Making the news for the day, Camp repeatedly challenged the Administration to release a detailed tax proposal rather than its previous budget summaries and frameworks: "I could negotiate with myself. I don’t think it would get anywhere. But I can’t really counter what I’ve done with nothing. You can’t counter a specific plan with a framework.”
Furman responded that the President "would love" to sign a tax overhaul plan, noting the Administration's long-voiced support for a lower corporate tax rate. At the same time, he defended the President's call for for measures to discourage corporate relocations that, he argued, undermine the U.S. tax base:
I think what the President would favor would be a hybrid approach. It would be one that recognizes the importance of the competitiveness of our companies, but also takes seriously the issue of base erosion. Tries to have a more neutral tax system, so that it’s not affecting your decisions and putting the thumb on the scale for investing overseas.
As for Camp's plan from earlier in the year, Furman suggested it was both too early and too detailed, giving critics ammunition to shoot it down.
ACT has a report and YouTube clips. News coverage:
- The Hill, "GOP chairman calls out Obama on tax reform"
- Wall Street Journal, Washington Wire blog, "As Democrats Fret About Inversions, Republicans Focus on Tax Overhaul"
- Bloomberg/BNA (subscription), "Too Much Detail Helped Sink Camp Tax Overhaul Plan, Obama Aide Says"
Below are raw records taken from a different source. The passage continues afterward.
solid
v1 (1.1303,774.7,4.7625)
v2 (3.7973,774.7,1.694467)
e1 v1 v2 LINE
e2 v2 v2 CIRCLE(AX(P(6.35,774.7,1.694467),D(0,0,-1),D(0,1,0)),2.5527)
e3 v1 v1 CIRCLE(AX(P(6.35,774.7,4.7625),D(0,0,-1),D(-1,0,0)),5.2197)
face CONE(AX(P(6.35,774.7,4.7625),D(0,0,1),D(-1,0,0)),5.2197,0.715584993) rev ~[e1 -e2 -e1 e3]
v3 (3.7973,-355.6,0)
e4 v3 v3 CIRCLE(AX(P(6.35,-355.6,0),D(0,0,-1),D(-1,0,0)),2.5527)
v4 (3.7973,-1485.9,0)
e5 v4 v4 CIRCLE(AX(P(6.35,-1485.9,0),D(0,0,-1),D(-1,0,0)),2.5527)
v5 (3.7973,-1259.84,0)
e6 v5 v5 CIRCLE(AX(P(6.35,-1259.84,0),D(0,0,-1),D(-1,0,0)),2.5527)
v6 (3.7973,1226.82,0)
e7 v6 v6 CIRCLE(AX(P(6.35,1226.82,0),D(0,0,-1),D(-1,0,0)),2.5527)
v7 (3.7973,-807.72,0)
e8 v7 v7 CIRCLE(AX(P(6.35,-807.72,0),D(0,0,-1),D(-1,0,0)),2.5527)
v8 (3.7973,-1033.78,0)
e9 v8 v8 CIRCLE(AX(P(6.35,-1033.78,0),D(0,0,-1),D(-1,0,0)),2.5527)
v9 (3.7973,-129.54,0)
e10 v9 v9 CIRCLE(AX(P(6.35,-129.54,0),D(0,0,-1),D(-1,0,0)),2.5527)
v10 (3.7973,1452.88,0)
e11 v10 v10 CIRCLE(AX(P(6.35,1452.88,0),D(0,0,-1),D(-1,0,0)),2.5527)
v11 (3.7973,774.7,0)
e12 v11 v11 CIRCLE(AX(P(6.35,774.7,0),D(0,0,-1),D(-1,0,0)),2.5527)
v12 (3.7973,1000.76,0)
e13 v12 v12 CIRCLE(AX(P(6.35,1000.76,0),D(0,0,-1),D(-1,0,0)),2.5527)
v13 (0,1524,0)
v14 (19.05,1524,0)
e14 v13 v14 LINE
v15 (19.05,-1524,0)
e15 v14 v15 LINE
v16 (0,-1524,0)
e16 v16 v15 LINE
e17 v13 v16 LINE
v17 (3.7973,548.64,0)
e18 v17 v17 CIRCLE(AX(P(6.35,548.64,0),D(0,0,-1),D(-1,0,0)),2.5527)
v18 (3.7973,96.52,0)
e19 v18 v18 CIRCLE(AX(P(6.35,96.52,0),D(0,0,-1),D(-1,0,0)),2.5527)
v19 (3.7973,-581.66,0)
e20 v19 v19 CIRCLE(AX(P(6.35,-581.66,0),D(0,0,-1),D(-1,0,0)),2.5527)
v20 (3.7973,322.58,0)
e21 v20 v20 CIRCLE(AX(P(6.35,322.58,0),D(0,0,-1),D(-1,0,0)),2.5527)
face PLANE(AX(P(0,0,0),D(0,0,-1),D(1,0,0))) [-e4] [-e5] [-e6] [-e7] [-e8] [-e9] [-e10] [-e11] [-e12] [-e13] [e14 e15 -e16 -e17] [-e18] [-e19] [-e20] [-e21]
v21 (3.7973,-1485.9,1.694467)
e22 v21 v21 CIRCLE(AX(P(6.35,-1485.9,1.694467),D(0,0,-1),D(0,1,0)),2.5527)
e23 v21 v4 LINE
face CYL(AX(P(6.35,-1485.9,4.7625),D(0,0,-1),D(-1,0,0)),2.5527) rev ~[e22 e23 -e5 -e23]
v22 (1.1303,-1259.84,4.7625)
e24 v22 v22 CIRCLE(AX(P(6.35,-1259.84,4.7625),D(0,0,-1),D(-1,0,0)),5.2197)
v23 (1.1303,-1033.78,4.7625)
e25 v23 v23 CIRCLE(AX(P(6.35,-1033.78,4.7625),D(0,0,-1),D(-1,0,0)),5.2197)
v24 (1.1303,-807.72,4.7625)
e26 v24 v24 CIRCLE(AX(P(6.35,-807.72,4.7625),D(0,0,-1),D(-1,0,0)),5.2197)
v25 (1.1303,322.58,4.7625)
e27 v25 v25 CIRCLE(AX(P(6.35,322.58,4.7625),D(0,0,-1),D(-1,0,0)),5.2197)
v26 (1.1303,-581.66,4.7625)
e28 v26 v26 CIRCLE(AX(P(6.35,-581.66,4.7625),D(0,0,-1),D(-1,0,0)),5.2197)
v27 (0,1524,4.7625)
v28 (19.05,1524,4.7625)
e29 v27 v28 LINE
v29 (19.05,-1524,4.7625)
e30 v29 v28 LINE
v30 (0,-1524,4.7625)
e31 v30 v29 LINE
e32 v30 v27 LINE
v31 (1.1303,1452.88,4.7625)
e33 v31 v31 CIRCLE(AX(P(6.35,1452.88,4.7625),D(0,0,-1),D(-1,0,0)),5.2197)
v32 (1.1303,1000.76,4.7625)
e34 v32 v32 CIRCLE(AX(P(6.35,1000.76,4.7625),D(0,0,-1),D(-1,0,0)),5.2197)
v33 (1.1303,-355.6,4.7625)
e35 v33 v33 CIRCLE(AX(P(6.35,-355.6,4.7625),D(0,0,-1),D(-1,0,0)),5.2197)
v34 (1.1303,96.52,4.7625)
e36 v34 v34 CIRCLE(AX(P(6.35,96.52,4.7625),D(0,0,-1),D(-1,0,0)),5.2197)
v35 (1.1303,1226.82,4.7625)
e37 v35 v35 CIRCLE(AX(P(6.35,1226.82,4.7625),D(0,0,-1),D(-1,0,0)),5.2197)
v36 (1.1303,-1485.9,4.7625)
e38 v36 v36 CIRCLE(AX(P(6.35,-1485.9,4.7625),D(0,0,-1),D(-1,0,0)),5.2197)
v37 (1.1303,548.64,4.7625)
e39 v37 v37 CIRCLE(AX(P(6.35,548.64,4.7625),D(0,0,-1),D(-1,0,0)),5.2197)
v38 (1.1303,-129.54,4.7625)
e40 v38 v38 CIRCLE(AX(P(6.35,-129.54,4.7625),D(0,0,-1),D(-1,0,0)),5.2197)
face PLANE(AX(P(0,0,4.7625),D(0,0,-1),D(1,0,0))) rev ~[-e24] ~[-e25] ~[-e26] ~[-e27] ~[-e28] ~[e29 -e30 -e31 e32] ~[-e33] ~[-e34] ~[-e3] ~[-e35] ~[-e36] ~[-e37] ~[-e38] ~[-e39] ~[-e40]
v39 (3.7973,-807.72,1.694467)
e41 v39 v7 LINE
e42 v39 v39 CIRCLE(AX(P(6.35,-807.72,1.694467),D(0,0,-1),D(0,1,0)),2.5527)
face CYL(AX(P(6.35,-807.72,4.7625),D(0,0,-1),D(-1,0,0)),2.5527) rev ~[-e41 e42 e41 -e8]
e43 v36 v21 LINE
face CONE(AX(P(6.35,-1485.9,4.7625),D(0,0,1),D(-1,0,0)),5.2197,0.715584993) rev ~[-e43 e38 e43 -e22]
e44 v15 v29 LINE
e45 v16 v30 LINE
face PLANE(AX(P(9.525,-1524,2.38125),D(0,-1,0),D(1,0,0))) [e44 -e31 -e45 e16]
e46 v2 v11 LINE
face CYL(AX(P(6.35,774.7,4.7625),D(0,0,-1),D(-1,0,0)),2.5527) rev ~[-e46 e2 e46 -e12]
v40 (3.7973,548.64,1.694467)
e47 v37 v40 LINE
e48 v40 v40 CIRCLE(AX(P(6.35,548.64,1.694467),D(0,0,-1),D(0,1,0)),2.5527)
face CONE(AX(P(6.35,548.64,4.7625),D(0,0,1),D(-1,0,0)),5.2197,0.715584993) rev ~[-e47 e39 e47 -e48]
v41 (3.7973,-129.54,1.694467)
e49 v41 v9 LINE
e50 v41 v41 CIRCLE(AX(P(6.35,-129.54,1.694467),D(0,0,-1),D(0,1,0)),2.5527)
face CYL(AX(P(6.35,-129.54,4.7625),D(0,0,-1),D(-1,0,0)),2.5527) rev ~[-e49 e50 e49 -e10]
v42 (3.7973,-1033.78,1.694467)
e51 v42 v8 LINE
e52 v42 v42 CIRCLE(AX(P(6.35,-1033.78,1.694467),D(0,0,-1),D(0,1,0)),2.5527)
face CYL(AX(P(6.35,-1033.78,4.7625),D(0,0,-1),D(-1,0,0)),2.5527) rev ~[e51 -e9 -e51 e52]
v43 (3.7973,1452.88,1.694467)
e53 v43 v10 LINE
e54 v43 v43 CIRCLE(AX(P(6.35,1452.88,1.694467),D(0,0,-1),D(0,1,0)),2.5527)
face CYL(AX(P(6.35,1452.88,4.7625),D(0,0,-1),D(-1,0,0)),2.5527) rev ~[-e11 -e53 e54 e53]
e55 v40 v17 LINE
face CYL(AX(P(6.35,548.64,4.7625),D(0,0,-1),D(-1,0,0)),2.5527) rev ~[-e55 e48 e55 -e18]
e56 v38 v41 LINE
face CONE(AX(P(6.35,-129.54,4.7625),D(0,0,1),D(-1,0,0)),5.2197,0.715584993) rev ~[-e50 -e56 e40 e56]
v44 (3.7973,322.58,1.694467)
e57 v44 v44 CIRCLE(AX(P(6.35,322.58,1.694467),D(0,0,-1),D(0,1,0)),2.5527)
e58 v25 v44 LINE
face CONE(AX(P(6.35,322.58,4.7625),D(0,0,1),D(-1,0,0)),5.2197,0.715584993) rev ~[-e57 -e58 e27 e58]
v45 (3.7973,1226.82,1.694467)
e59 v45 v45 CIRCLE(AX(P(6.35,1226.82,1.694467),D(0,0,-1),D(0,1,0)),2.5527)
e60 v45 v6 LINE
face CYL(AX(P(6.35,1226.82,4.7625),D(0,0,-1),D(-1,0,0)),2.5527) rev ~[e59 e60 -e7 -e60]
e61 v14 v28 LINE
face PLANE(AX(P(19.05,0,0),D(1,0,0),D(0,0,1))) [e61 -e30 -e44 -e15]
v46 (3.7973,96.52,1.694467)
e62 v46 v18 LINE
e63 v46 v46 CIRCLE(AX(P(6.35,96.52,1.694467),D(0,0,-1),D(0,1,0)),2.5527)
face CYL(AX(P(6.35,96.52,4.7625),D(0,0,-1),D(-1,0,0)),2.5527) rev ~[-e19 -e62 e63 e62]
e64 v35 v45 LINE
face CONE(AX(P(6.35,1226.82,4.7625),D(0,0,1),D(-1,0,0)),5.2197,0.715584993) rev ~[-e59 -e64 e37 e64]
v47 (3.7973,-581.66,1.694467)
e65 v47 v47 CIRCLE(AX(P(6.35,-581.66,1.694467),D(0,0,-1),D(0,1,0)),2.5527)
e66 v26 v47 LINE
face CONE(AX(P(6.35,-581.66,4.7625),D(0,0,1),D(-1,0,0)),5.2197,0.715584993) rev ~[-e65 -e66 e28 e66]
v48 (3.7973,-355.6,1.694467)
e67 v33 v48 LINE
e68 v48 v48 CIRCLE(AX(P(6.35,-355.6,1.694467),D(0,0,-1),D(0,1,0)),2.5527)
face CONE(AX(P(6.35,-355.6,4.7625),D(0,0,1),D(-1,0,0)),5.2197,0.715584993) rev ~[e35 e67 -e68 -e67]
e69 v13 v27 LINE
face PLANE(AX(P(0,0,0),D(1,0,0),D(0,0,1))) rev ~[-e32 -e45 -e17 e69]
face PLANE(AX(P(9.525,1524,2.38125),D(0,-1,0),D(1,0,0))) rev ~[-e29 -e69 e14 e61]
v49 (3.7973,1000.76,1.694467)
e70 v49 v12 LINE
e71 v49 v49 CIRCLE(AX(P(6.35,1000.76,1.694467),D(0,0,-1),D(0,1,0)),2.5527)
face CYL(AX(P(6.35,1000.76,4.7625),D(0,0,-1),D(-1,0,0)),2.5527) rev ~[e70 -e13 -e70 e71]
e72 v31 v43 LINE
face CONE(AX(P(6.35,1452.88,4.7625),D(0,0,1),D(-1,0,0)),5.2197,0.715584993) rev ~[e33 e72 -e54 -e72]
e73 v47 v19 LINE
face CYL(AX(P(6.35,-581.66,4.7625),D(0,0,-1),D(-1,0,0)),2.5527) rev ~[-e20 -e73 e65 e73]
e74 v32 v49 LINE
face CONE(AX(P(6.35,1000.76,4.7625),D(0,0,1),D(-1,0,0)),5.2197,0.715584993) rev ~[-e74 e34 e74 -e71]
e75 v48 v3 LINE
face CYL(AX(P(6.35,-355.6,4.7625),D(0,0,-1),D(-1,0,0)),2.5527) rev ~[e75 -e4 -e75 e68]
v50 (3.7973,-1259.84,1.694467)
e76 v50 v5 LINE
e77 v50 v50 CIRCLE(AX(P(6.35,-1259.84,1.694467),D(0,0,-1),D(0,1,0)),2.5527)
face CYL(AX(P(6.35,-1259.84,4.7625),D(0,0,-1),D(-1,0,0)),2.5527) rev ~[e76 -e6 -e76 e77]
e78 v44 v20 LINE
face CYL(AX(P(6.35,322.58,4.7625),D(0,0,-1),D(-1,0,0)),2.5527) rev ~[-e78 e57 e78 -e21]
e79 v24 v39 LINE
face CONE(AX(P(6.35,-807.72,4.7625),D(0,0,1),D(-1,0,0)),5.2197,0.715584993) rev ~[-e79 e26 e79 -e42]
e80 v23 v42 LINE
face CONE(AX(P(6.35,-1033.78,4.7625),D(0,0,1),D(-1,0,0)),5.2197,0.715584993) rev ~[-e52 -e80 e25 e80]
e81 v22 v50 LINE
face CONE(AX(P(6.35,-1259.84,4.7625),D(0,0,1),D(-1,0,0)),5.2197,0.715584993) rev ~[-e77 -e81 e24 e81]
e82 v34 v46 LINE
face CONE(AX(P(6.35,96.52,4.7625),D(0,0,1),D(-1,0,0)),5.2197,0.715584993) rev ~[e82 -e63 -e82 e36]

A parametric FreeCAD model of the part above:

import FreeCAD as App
import Part
import Sketcher
from FreeCAD import Vector
Q = App.Units.Quantity

doc = App.newDocument("Part")
body = doc.addObject("PartDesign::Body", "Body")

# Sketch on XZ plane
sketch1 = body.newObject("Sketcher::SketchObject", "Sketch")
sketch1.AttachmentSupport = (doc.getObject("XZ_Plane"), [""])
sketch1.MapMode = "FlatFace"
sketch1.addGeometry(Part.LineSegment(Vector(0, 4.8, 0), Vector(0, 0, 0)), False)
sketch1.addGeometry(Part.LineSegment(Vector(0, 0, 0), Vector(19.1, 0, 0)), False)
sketch1.addGeometry(Part.LineSegment(Vector(19.1, 0, 0), Vector(19.1, 4.8, 0)), False)
sketch1.addGeometry(Part.LineSegment(Vector(19.1, 4.8, 0), Vector(0, 4.8, 0)), False)
sketch1.addConstraint(Sketcher.Constraint("Coincident", 0, 2, 1, 1))
sketch1.addConstraint(Sketcher.Constraint("Coincident", 1, 2, 2, 1))
sketch1.addConstraint(Sketcher.Constraint("Coincident", 2, 2, 3, 1))
sketch1.addConstraint(Sketcher.Constraint("Coincident", 3, 2, 0, 1))
sketch1.addConstraint(Sketcher.Constraint("Vertical", 0))
sketch1.addConstraint(Sketcher.Constraint("Horizontal", 1))
sketch1.addConstraint(Sketcher.Constraint("Vertical", 2))
sketch1.addConstraint(Sketcher.Constraint("Horizontal", 3))
sketch1.addConstraint(Sketcher.Constraint("Coincident", 0, 2, -1, 1))
sketch1.addConstraint(Sketcher.Constraint("DistanceX", 1, 1, 1, 2, Q("0.75 in")))
sketch1.addConstraint(Sketcher.Constraint("DistanceY", 0, 2, 0, 1, Q("0.1875 in")))
pad1 = body.newObject("PartDesign::Pad", "Pad")
pad1.Profile = sketch1
pad1.Length = Q("120 in")
pad1.Midplane = True

# Sketch on XY plane
sketch2 = body.newObject("Sketcher::SketchObject", "Sketch001")
sketch2.AttachmentSupport = (doc.getObject("XY_Plane"), [""])
sketch2.MapMode = "FlatFace"
sketch2.AttachmentOffset = App.Placement(Vector(0, 0, 0.1875 * 25.4), App.Rotation())
sketch2.addGeometry(Part.Circle(Vector(6.3, 1452.9, 0), Vector(0, 0, 1), 2.6), False)
sketch2.addGeometry(Part.Circle(Vector(6.3, 1226.8, 0), Vector(0, 0, 1), 2.6), False)
sketch2.addGeometry(Part.Circle(Vector(6.3, 774.7, 0), Vector(0, 0, 1), 2.6), False)
sketch2.addGeometry(Part.Circle(Vector(6.3, 1000.8, 0), Vector(0, 0, 1), 2.6), False)
sketch2.addGeometry(Part.Circle(Vector(6.3, -807.7, 0), Vector(0, 0, 1), 2.6), False)
sketch2.addGeometry(Part.Circle(Vector(6.3, -581.7, 0), Vector(0, 0, 1), 2.6), False)
sketch2.addGeometry(Part.Circle(Vector(6.3, -355.6, 0), Vector(0, 0, 1), 2.6), False)
sketch2.addGeometry(Part.Circle(Vector(6.3, 548.6, 0), Vector(0, 0, 1), 2.6), False)
sketch2.addGeometry(Part.Circle(Vector(6.3, -129.5, 0), Vector(0, 0, 1), 2.6), False)
sketch2.addGeometry(Part.Circle(Vector(6.3, 96.5, 0), Vector(0, 0, 1), 2.6), False)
- Washington Examiner, "GOP tax writer: Treasury has a hidden tax-reform plan"
- POLITICO, "White House, GOP still far apart on inversions"
At BRT-hosted tax forum, from left, Chairman Dave Camp of the House Ways and Means Committee, Jason Furman, chairman of the Council of Economic Advisers, and moderator Larry Kudlow.
UPDATE (9 a.m. Friday): More coverage ...
- Bloomberg, "’Tax Reform’ Cry Hampers Effort to Curb Inversions" (Well, that's one take. Here's another: "Focus on Symptom of 'Inversions' Hampers Effort to Curb Inversions.")
- Wall Street Journal, Washington Wire, "Sen. Hatch: Democrats Use Inversions to Play Politics"
- Steve Benen, MSNBC, "Dave Camp's Short Memory"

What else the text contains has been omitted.